Task brief → Below are entries; output exactly the lines from the one with "f 122 17 20" to the one with "f 123 134 124", both included, and nothing else.

···

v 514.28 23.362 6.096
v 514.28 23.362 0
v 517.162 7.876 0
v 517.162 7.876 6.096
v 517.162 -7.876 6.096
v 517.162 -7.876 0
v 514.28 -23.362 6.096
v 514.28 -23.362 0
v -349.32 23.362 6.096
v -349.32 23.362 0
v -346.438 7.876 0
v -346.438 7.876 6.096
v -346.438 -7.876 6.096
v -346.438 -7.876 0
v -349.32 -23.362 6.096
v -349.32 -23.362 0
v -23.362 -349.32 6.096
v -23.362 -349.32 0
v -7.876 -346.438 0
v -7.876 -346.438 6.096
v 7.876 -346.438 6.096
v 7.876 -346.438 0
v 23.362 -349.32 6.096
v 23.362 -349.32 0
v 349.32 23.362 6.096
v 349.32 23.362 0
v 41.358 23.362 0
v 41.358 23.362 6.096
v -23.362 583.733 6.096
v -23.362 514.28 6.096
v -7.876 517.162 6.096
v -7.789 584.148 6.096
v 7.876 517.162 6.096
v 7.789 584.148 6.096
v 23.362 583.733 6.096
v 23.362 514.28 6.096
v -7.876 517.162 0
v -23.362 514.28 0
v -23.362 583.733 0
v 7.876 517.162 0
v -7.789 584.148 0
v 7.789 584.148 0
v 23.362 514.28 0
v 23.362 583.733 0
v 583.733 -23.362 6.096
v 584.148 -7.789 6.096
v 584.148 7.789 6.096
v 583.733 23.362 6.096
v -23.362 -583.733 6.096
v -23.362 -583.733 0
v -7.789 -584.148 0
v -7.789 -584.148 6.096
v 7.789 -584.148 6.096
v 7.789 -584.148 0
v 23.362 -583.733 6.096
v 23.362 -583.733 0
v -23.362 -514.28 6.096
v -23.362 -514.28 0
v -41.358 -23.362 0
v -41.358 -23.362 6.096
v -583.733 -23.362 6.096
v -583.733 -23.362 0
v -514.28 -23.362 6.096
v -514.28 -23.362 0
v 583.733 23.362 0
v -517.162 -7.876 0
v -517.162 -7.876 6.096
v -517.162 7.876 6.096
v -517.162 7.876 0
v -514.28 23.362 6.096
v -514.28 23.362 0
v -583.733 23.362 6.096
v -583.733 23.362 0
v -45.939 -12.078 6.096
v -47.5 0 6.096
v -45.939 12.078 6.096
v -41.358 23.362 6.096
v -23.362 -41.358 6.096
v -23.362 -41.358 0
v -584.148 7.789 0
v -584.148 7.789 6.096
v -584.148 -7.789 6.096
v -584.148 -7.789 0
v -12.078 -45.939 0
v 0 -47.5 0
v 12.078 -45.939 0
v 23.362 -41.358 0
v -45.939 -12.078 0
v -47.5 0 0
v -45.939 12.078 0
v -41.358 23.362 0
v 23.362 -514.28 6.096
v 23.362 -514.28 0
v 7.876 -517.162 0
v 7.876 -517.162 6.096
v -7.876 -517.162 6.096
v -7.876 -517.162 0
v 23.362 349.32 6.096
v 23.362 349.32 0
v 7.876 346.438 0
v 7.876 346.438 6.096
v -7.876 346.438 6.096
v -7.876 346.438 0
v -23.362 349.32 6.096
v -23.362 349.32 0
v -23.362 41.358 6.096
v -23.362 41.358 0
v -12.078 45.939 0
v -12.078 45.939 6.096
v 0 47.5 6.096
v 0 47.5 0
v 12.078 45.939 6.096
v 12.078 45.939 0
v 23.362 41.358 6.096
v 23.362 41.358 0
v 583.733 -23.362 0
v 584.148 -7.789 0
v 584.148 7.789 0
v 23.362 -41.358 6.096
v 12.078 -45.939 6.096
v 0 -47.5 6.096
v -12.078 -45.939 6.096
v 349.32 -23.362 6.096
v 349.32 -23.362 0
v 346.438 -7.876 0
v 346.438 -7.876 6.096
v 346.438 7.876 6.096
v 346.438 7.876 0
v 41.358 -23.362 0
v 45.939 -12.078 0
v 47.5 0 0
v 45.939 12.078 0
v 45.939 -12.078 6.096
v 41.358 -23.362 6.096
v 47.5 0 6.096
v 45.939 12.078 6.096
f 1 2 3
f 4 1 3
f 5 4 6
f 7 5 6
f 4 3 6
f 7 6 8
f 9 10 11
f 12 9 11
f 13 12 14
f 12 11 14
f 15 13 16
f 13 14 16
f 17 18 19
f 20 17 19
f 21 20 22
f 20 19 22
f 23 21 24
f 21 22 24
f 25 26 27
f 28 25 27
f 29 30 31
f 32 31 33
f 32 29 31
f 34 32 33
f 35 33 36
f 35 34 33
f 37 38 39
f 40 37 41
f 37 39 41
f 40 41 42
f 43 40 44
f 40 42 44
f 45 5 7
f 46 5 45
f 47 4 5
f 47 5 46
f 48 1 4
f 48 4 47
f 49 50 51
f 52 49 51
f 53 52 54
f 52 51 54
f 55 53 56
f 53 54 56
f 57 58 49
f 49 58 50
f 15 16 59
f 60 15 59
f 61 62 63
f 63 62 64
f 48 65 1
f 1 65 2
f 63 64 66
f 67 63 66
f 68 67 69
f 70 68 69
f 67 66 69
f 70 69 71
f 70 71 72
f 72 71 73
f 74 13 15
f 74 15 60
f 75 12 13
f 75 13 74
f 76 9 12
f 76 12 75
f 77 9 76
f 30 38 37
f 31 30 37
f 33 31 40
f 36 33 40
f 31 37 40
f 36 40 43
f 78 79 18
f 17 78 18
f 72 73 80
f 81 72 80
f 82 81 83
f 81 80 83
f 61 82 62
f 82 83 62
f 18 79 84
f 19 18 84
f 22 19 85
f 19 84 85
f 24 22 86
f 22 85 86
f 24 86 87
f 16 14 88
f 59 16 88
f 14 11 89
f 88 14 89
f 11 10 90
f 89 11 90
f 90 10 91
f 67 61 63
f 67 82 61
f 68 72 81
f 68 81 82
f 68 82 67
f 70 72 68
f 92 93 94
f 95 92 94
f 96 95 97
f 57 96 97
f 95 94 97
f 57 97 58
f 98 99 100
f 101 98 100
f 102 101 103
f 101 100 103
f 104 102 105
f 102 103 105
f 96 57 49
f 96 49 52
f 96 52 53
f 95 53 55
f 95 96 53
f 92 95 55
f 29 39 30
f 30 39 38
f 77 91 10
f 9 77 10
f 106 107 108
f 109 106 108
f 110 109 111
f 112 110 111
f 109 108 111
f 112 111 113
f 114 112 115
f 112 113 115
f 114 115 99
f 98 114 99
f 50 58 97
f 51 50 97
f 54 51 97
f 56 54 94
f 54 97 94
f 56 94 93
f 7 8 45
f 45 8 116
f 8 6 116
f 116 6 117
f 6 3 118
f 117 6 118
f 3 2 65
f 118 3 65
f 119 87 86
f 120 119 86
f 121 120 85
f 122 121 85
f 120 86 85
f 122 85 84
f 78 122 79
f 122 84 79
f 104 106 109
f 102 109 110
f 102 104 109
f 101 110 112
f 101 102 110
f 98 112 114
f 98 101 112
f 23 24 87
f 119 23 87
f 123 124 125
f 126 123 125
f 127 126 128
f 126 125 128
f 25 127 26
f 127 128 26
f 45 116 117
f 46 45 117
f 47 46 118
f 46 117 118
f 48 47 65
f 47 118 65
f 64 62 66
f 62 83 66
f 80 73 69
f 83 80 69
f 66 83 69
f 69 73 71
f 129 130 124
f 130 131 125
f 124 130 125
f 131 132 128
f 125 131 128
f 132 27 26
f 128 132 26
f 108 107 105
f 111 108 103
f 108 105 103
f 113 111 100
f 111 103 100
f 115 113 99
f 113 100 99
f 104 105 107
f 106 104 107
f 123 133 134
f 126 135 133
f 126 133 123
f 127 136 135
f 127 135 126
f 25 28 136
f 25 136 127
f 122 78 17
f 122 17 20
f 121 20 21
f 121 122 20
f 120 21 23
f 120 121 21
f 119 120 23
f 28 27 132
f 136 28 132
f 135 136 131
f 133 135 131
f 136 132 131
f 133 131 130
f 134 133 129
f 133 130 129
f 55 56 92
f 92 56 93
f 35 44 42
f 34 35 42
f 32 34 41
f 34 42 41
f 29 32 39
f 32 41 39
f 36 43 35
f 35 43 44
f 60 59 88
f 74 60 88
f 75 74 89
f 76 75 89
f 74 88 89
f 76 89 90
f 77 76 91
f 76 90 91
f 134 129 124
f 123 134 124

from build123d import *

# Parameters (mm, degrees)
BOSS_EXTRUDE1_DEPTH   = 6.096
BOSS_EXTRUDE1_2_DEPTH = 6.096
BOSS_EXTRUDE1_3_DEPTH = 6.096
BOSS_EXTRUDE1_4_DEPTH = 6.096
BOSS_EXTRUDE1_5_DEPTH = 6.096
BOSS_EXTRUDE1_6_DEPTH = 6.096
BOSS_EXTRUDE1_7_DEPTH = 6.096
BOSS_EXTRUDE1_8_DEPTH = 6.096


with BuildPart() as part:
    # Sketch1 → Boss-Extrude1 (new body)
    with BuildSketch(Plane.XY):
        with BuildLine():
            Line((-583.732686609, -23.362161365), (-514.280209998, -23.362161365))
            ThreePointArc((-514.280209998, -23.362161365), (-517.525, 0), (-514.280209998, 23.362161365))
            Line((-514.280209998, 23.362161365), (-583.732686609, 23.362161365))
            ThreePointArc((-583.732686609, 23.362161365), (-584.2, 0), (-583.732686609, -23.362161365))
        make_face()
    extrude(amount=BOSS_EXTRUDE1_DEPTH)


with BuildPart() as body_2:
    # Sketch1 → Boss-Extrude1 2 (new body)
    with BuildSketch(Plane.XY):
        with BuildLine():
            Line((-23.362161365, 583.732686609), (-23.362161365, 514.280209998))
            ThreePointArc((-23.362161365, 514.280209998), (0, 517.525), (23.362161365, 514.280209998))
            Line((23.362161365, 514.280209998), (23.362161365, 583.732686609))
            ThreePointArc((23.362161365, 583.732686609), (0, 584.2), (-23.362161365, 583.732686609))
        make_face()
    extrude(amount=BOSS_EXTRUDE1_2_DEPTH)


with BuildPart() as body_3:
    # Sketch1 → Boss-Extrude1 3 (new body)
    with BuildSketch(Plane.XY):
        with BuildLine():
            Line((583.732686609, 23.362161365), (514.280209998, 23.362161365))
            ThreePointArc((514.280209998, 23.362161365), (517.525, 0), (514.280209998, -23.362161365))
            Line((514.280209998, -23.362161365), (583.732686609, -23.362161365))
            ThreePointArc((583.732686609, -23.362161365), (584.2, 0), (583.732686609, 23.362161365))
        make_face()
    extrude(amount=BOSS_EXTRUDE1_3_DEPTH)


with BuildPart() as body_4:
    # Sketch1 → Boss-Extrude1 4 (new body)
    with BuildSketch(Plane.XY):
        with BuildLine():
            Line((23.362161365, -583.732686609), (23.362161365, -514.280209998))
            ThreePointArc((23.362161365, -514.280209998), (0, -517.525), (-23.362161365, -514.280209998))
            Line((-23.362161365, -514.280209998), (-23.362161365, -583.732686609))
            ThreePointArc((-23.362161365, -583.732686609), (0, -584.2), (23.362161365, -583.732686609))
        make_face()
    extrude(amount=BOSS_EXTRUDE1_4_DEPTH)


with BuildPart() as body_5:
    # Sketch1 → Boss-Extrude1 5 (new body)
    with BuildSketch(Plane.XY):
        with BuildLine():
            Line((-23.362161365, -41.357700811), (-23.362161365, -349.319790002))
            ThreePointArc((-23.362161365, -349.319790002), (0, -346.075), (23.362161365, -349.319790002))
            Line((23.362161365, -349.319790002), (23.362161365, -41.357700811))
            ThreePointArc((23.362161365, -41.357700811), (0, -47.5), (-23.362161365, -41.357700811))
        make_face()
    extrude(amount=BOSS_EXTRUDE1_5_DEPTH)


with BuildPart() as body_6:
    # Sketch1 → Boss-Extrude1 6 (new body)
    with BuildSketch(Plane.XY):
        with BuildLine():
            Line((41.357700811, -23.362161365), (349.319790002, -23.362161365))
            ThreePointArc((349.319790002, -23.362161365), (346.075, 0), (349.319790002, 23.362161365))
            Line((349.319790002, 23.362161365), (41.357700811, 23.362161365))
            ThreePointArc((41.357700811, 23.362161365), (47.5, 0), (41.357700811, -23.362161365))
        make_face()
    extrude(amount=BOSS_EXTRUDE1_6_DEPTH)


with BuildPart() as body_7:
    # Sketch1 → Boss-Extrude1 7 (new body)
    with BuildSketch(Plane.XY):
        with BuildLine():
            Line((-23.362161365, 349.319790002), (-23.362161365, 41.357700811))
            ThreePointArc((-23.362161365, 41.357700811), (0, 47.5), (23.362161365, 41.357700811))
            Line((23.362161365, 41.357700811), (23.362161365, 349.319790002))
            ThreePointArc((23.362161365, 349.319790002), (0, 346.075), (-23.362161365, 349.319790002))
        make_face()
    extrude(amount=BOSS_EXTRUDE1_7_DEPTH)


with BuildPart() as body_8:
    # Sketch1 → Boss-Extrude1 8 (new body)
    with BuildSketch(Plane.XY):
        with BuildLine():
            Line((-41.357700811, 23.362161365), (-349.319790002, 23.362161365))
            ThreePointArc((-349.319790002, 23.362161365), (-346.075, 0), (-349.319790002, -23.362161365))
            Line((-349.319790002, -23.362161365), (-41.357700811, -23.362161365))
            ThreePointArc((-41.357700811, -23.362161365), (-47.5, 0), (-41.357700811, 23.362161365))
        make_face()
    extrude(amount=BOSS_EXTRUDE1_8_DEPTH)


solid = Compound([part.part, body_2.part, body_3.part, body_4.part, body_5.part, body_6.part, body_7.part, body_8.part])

···

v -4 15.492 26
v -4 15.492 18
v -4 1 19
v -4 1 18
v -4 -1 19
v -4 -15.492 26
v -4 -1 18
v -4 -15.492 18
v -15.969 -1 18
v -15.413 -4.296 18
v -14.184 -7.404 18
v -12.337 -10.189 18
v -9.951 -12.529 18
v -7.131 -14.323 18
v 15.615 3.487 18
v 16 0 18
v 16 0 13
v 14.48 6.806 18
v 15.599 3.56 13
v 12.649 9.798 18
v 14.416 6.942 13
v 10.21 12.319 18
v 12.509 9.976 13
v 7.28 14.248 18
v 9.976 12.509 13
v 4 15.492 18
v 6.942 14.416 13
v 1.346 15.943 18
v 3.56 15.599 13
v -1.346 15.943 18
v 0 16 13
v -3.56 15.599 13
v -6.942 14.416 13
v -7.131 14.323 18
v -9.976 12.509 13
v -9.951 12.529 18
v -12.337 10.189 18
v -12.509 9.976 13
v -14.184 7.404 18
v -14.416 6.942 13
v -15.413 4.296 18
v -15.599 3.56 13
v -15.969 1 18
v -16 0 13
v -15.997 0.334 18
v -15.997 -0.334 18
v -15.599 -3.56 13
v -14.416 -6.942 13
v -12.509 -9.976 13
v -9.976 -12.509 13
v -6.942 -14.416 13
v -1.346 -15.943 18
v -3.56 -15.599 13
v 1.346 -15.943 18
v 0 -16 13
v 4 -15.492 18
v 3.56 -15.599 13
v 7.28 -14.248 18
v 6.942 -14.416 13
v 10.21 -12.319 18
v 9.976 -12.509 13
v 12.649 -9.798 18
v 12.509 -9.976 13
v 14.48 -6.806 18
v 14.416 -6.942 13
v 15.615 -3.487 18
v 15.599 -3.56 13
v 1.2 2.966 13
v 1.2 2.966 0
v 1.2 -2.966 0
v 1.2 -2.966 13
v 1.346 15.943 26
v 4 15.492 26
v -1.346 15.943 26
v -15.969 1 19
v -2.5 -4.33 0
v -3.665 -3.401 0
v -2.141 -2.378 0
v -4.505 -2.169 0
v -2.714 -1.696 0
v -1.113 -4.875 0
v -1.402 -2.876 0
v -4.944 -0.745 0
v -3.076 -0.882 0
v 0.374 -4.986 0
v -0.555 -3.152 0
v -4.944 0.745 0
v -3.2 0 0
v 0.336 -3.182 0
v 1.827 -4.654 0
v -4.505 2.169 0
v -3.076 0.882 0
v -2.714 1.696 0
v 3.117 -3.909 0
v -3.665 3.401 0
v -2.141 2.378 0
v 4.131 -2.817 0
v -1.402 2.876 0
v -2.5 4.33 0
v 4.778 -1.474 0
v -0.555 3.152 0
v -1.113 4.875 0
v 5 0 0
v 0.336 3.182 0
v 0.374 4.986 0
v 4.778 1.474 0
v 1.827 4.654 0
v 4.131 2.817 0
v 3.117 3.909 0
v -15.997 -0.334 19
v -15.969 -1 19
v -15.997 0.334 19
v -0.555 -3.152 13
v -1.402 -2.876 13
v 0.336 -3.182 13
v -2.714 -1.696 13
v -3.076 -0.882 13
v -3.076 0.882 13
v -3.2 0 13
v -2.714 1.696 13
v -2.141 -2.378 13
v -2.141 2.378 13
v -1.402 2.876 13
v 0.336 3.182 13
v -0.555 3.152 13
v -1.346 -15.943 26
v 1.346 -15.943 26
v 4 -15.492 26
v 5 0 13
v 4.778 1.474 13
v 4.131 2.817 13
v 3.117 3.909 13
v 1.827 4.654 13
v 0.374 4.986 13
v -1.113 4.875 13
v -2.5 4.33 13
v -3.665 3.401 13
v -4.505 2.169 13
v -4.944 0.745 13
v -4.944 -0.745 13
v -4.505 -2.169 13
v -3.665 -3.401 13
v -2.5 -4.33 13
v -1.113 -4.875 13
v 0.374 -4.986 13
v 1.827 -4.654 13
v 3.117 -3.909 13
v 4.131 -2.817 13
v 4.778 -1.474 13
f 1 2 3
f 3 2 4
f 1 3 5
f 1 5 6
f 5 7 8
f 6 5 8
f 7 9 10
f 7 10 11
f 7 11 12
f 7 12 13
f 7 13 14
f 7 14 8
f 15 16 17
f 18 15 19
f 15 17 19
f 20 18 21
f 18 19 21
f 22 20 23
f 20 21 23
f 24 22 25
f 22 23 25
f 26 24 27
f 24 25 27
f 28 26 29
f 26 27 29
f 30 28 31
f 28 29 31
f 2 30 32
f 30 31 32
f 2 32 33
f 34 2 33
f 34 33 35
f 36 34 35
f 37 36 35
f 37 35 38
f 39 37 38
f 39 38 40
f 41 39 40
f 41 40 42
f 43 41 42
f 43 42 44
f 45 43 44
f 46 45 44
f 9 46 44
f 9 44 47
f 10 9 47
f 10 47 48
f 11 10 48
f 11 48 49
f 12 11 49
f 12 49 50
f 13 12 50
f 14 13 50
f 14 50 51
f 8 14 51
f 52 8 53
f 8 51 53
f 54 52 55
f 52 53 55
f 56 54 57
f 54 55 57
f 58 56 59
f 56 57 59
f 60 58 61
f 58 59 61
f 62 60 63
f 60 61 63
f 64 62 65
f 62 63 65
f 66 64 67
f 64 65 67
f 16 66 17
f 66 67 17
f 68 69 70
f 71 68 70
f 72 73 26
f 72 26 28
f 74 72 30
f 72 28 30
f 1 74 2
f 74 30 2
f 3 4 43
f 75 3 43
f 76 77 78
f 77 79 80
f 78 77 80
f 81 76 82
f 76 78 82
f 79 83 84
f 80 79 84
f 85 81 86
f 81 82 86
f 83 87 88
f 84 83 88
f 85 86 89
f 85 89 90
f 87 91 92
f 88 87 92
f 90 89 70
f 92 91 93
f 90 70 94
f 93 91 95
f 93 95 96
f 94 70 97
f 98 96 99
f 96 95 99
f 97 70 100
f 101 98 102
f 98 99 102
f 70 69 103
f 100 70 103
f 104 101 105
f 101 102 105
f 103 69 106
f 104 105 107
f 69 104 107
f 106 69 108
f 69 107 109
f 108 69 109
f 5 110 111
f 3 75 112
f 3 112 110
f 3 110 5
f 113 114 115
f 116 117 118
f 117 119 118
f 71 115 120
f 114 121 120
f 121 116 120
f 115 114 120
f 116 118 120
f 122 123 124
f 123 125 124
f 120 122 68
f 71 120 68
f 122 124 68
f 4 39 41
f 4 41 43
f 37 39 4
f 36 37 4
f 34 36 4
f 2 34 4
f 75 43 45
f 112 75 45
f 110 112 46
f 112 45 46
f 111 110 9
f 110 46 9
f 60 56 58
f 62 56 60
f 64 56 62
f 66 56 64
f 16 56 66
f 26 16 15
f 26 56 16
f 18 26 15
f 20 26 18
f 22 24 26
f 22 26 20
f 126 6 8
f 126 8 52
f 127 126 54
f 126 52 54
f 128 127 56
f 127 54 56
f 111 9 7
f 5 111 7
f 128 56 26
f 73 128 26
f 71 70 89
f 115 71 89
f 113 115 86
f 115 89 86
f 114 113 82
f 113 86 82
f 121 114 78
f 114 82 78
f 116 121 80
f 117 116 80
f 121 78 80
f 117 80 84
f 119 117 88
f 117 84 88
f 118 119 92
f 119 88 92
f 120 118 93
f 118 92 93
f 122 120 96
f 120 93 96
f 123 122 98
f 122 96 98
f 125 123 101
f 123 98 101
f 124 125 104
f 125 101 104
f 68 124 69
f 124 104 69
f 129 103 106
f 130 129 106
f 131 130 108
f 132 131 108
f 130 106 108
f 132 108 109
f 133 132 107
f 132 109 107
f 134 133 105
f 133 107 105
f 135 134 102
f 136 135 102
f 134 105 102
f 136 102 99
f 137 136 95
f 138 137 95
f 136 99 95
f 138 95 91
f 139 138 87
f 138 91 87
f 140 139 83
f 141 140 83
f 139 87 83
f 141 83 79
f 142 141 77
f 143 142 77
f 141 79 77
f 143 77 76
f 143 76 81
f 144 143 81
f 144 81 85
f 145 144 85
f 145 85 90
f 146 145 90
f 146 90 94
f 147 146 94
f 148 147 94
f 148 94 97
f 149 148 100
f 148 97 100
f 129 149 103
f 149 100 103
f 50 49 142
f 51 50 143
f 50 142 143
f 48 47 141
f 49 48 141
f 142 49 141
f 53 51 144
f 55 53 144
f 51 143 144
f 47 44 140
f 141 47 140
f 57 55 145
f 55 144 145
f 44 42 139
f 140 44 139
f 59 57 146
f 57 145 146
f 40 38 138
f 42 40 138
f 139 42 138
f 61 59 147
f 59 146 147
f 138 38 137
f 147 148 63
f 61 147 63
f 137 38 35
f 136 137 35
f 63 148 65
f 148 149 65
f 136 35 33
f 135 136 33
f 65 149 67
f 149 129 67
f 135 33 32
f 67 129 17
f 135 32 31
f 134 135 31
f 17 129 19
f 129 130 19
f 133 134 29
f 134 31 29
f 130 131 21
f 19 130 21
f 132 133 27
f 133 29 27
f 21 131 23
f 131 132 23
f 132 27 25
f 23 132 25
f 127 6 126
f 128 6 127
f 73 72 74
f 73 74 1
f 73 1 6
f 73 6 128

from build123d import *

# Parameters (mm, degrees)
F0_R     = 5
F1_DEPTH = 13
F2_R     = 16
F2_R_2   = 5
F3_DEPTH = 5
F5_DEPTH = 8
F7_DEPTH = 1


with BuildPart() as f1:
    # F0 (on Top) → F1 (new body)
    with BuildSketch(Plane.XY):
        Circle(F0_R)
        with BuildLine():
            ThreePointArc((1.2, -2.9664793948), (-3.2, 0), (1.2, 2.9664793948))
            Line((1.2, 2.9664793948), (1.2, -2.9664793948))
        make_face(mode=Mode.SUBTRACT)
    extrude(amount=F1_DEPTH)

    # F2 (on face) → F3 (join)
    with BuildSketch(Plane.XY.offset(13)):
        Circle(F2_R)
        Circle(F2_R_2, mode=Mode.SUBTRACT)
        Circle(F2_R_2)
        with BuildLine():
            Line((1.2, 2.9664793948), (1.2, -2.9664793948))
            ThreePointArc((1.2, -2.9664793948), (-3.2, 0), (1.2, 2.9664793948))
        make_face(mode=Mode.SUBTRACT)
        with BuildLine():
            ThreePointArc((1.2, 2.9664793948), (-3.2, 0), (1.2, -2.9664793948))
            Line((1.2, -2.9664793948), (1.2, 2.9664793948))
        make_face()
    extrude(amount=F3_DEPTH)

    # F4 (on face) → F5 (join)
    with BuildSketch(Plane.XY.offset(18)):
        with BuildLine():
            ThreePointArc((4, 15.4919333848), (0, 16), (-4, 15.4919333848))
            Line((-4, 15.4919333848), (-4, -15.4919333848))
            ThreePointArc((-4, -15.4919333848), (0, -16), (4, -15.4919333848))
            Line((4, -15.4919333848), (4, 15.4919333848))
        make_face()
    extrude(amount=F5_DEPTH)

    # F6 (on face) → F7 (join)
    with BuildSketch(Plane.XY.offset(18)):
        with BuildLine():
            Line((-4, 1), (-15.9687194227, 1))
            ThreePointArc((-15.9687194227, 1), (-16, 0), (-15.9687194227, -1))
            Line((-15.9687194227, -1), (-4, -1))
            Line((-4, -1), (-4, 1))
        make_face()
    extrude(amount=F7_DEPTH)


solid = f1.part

···

Task answer →
f 122 17 20
f 121 20 21
f 121 122 20
f 120 21 23
f 120 121 21
f 119 120 23
f 28 27 132
f 136 28 132
f 135 136 131
f 133 135 131
f 136 132 131
f 133 131 130
f 134 133 129
f 133 130 129
f 55 56 92
f 92 56 93
f 35 44 42
f 34 35 42
f 32 34 41
f 34 42 41
f 29 32 39
f 32 41 39
f 36 43 35
f 35 43 44
f 60 59 88
f 74 60 88
f 75 74 89
f 76 75 89
f 74 88 89
f 76 89 90
f 77 76 91
f 76 90 91
f 134 129 124
f 123 134 124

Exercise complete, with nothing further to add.